(Dataset entries)
────────────────────

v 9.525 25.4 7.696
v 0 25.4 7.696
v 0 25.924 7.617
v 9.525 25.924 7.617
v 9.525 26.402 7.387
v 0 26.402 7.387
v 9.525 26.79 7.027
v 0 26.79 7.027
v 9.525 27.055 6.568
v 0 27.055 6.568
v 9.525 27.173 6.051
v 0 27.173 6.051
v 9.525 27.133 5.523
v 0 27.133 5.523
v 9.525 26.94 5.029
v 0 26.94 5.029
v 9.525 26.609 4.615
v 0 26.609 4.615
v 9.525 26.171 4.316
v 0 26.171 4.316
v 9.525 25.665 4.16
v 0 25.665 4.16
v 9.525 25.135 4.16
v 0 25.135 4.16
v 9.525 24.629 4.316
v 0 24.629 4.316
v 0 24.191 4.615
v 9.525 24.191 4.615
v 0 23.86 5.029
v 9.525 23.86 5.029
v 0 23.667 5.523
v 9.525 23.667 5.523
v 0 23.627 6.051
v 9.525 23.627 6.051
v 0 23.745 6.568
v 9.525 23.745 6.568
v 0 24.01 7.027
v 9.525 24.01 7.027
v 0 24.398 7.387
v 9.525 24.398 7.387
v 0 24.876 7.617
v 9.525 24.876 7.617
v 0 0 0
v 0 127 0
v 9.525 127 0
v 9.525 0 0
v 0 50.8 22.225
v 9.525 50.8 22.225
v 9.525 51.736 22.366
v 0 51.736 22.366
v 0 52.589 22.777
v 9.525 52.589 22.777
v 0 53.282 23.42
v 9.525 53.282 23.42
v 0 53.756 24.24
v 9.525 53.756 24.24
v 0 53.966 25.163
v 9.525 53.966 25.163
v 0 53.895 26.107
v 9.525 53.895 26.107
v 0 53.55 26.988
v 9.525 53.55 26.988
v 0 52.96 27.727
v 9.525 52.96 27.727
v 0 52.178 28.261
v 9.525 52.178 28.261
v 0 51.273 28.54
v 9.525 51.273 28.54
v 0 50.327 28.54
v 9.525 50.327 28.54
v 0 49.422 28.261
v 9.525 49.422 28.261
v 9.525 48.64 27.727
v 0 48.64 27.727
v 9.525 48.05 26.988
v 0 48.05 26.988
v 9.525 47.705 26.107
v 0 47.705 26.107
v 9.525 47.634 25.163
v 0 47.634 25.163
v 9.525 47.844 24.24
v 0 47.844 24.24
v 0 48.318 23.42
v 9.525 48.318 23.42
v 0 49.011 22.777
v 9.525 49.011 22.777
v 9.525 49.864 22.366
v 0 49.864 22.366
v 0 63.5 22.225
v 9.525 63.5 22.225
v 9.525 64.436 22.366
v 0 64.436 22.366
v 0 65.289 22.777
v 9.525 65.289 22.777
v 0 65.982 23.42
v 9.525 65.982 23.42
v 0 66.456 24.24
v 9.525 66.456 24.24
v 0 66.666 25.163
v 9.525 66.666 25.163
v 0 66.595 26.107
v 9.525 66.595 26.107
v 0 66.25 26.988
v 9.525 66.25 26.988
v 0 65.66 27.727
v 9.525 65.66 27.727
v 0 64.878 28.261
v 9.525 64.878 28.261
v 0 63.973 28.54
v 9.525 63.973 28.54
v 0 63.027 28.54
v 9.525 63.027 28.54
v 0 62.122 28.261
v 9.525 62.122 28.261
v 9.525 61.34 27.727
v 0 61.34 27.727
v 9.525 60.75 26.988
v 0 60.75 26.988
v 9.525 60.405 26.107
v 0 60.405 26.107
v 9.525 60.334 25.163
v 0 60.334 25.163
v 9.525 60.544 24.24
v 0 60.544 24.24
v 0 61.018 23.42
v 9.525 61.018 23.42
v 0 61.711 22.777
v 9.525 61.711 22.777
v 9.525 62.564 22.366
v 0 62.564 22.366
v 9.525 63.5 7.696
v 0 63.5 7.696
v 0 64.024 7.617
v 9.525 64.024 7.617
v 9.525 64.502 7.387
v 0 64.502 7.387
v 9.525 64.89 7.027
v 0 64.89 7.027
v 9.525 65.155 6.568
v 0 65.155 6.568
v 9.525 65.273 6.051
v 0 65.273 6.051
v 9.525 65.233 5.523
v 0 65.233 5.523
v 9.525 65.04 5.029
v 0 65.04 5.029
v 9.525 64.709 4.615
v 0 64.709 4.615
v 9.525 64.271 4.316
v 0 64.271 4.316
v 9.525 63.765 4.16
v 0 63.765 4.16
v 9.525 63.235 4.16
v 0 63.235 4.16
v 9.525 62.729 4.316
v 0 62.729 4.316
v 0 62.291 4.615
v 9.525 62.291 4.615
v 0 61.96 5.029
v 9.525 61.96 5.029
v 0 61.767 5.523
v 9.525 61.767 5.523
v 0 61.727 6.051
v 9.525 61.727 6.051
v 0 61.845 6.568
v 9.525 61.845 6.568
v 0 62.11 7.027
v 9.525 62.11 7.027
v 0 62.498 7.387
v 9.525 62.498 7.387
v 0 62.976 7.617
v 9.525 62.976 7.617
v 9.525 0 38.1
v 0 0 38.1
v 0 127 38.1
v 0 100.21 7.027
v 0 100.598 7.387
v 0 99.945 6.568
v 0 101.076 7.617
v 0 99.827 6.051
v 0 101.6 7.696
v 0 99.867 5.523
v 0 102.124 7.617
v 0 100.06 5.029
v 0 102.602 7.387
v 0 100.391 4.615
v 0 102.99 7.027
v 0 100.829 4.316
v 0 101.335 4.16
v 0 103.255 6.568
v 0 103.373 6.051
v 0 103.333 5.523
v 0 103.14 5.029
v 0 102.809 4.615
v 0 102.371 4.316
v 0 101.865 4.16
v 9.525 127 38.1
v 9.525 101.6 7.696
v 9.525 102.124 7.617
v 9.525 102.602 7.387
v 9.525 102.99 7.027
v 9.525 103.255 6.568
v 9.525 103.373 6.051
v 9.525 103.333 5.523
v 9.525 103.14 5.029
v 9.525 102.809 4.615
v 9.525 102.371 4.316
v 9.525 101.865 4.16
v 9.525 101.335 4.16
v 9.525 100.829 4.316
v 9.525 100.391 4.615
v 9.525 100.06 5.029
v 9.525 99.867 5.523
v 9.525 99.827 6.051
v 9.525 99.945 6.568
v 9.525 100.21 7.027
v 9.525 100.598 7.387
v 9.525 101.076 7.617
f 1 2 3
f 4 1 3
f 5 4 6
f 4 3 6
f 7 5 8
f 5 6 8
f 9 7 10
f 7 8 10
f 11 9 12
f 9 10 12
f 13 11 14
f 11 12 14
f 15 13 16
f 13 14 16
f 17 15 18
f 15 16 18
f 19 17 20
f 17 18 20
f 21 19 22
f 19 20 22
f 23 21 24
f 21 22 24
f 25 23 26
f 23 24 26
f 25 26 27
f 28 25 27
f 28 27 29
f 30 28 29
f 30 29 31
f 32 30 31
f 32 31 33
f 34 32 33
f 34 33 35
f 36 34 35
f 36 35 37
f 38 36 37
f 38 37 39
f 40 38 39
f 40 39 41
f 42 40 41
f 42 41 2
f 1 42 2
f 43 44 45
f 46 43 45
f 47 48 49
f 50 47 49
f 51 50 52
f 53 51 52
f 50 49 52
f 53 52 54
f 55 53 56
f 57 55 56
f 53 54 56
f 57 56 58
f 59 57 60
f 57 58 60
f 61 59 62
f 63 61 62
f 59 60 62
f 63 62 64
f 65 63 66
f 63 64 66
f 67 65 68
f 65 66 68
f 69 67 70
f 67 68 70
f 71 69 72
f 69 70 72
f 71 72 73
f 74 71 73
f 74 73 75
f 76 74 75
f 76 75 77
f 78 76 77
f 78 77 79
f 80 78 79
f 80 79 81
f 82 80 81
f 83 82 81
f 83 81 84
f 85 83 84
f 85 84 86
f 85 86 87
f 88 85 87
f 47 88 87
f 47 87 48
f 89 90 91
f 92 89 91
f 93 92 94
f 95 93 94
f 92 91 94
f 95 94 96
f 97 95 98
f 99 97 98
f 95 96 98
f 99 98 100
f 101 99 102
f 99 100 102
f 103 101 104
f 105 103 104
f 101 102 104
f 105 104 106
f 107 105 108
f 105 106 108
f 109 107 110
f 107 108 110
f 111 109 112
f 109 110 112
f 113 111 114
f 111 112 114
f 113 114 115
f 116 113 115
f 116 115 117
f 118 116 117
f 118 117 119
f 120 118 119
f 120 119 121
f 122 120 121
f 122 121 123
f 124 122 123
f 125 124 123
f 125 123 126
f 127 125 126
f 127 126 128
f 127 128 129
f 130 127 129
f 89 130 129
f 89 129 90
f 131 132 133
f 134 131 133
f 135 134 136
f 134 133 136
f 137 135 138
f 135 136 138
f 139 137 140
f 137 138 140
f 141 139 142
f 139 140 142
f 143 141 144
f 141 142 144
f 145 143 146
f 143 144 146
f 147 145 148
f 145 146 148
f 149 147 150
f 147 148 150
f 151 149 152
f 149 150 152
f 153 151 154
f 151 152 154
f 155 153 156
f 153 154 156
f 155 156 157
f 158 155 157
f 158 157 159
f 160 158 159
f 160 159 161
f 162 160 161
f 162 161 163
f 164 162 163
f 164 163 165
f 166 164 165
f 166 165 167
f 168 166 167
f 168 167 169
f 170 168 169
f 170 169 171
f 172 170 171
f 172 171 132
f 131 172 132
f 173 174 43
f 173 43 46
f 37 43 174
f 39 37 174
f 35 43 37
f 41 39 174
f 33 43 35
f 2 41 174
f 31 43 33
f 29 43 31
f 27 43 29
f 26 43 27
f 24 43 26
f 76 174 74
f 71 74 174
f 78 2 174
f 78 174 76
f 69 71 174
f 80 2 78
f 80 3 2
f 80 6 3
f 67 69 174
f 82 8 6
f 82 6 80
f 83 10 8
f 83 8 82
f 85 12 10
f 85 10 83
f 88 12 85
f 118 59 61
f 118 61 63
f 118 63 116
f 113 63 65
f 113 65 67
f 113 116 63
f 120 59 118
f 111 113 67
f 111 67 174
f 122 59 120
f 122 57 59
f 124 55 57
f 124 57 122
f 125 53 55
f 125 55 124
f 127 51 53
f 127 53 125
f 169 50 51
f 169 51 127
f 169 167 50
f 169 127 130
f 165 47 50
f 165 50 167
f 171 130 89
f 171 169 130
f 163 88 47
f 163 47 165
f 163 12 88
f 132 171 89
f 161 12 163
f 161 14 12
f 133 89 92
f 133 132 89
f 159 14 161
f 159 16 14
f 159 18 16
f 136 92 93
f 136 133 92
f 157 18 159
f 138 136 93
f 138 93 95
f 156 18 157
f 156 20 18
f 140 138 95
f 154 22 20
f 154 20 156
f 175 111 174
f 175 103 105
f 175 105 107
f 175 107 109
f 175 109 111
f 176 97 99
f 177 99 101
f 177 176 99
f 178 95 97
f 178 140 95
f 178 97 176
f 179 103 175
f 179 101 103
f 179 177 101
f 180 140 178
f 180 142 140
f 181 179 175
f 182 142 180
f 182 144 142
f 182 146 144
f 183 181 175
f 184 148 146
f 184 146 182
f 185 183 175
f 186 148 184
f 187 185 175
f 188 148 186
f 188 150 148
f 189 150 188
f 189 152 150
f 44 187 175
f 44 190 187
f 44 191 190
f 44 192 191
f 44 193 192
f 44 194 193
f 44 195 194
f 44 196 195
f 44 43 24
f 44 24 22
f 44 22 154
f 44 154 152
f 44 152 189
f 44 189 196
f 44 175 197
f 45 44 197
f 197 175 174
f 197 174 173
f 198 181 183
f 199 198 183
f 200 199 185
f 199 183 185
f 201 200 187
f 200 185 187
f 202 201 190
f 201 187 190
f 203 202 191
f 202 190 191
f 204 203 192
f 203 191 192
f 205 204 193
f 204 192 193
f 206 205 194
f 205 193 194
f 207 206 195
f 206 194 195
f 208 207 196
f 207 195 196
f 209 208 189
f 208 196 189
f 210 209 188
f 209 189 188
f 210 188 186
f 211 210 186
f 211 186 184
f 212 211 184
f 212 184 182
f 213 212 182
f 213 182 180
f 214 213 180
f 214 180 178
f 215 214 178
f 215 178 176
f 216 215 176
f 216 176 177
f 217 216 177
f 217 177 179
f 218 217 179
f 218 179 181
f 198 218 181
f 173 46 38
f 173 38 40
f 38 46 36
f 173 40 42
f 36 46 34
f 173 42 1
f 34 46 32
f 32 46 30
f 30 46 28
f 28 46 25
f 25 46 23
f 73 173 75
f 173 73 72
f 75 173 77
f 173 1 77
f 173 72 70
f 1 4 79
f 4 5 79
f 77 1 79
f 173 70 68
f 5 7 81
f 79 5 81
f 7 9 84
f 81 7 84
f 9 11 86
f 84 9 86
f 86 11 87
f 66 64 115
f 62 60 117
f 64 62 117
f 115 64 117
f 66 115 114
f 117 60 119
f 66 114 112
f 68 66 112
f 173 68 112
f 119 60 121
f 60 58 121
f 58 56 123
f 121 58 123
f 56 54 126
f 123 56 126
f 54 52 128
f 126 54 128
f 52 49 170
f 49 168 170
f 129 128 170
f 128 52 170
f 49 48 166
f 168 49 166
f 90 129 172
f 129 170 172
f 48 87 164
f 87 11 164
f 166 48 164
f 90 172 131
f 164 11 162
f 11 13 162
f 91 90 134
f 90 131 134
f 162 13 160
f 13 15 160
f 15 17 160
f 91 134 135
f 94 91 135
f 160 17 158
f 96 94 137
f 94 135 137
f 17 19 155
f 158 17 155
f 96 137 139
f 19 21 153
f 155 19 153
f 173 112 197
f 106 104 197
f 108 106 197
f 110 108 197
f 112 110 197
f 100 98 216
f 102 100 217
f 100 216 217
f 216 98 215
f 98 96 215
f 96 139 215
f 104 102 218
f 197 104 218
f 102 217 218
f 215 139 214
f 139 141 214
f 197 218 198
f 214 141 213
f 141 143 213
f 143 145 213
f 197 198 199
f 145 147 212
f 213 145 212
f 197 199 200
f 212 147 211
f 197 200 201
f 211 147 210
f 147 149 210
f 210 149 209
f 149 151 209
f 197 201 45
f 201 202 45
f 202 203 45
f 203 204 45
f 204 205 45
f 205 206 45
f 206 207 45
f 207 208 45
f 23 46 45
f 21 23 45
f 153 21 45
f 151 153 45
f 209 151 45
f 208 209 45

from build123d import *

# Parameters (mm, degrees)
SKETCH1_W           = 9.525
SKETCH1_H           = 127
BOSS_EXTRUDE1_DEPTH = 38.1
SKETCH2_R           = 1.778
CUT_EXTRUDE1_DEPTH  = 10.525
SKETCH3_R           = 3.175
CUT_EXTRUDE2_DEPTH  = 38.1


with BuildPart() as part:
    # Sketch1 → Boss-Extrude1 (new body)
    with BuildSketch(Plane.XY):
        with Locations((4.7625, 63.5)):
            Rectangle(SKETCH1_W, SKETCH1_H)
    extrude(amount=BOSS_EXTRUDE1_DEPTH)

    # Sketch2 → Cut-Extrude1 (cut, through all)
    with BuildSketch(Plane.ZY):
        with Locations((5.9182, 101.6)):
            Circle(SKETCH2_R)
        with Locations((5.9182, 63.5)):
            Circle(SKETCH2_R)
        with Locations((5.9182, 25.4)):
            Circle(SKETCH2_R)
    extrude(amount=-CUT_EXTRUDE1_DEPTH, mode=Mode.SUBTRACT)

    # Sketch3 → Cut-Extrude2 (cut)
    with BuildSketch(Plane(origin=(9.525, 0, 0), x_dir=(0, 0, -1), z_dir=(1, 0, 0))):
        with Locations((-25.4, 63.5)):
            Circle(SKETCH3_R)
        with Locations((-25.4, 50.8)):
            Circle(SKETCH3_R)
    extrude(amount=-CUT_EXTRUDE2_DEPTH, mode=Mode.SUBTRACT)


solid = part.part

────────────────────

[What the task asks]: Repeat exactly the lines above from the one with "f 182 144 142" up to and including the one with "f 215 214 178". No other line belongs in the reply.

[Reply to the exercise]:
f 182 144 142
f 182 146 144
f 183 181 175
f 184 148 146
f 184 146 182
f 185 183 175
f 186 148 184
f 187 185 175
f 188 148 186
f 188 150 148
f 189 150 188
f 189 152 150
f 44 187 175
f 44 190 187
f 44 191 190
f 44 192 191
f 44 193 192
f 44 194 193
f 44 195 194
f 44 196 195
f 44 43 24
f 44 24 22
f 44 22 154
f 44 154 152
f 44 152 189
f 44 189 196
f 44 175 197
f 45 44 197
f 197 175 174
f 197 174 173
f 198 181 183
f 199 198 183
f 200 199 185
f 199 183 185
f 201 200 187
f 200 185 187
f 202 201 190
f 201 187 190
f 203 202 191
f 202 190 191
f 204 203 192
f 203 191 192
f 205 204 193
f 204 192 193
f 206 205 194
f 205 193 194
f 207 206 195
f 206 194 195
f 208 207 196
f 207 195 196
f 209 208 189
f 208 196 189
f 210 209 188
f 209 189 188
f 210 188 186
f 211 210 186
f 211 186 184
f 212 211 184
f 212 184 182
f 213 212 182
f 213 182 180
f 214 213 180
f 214 180 178
f 215 214 178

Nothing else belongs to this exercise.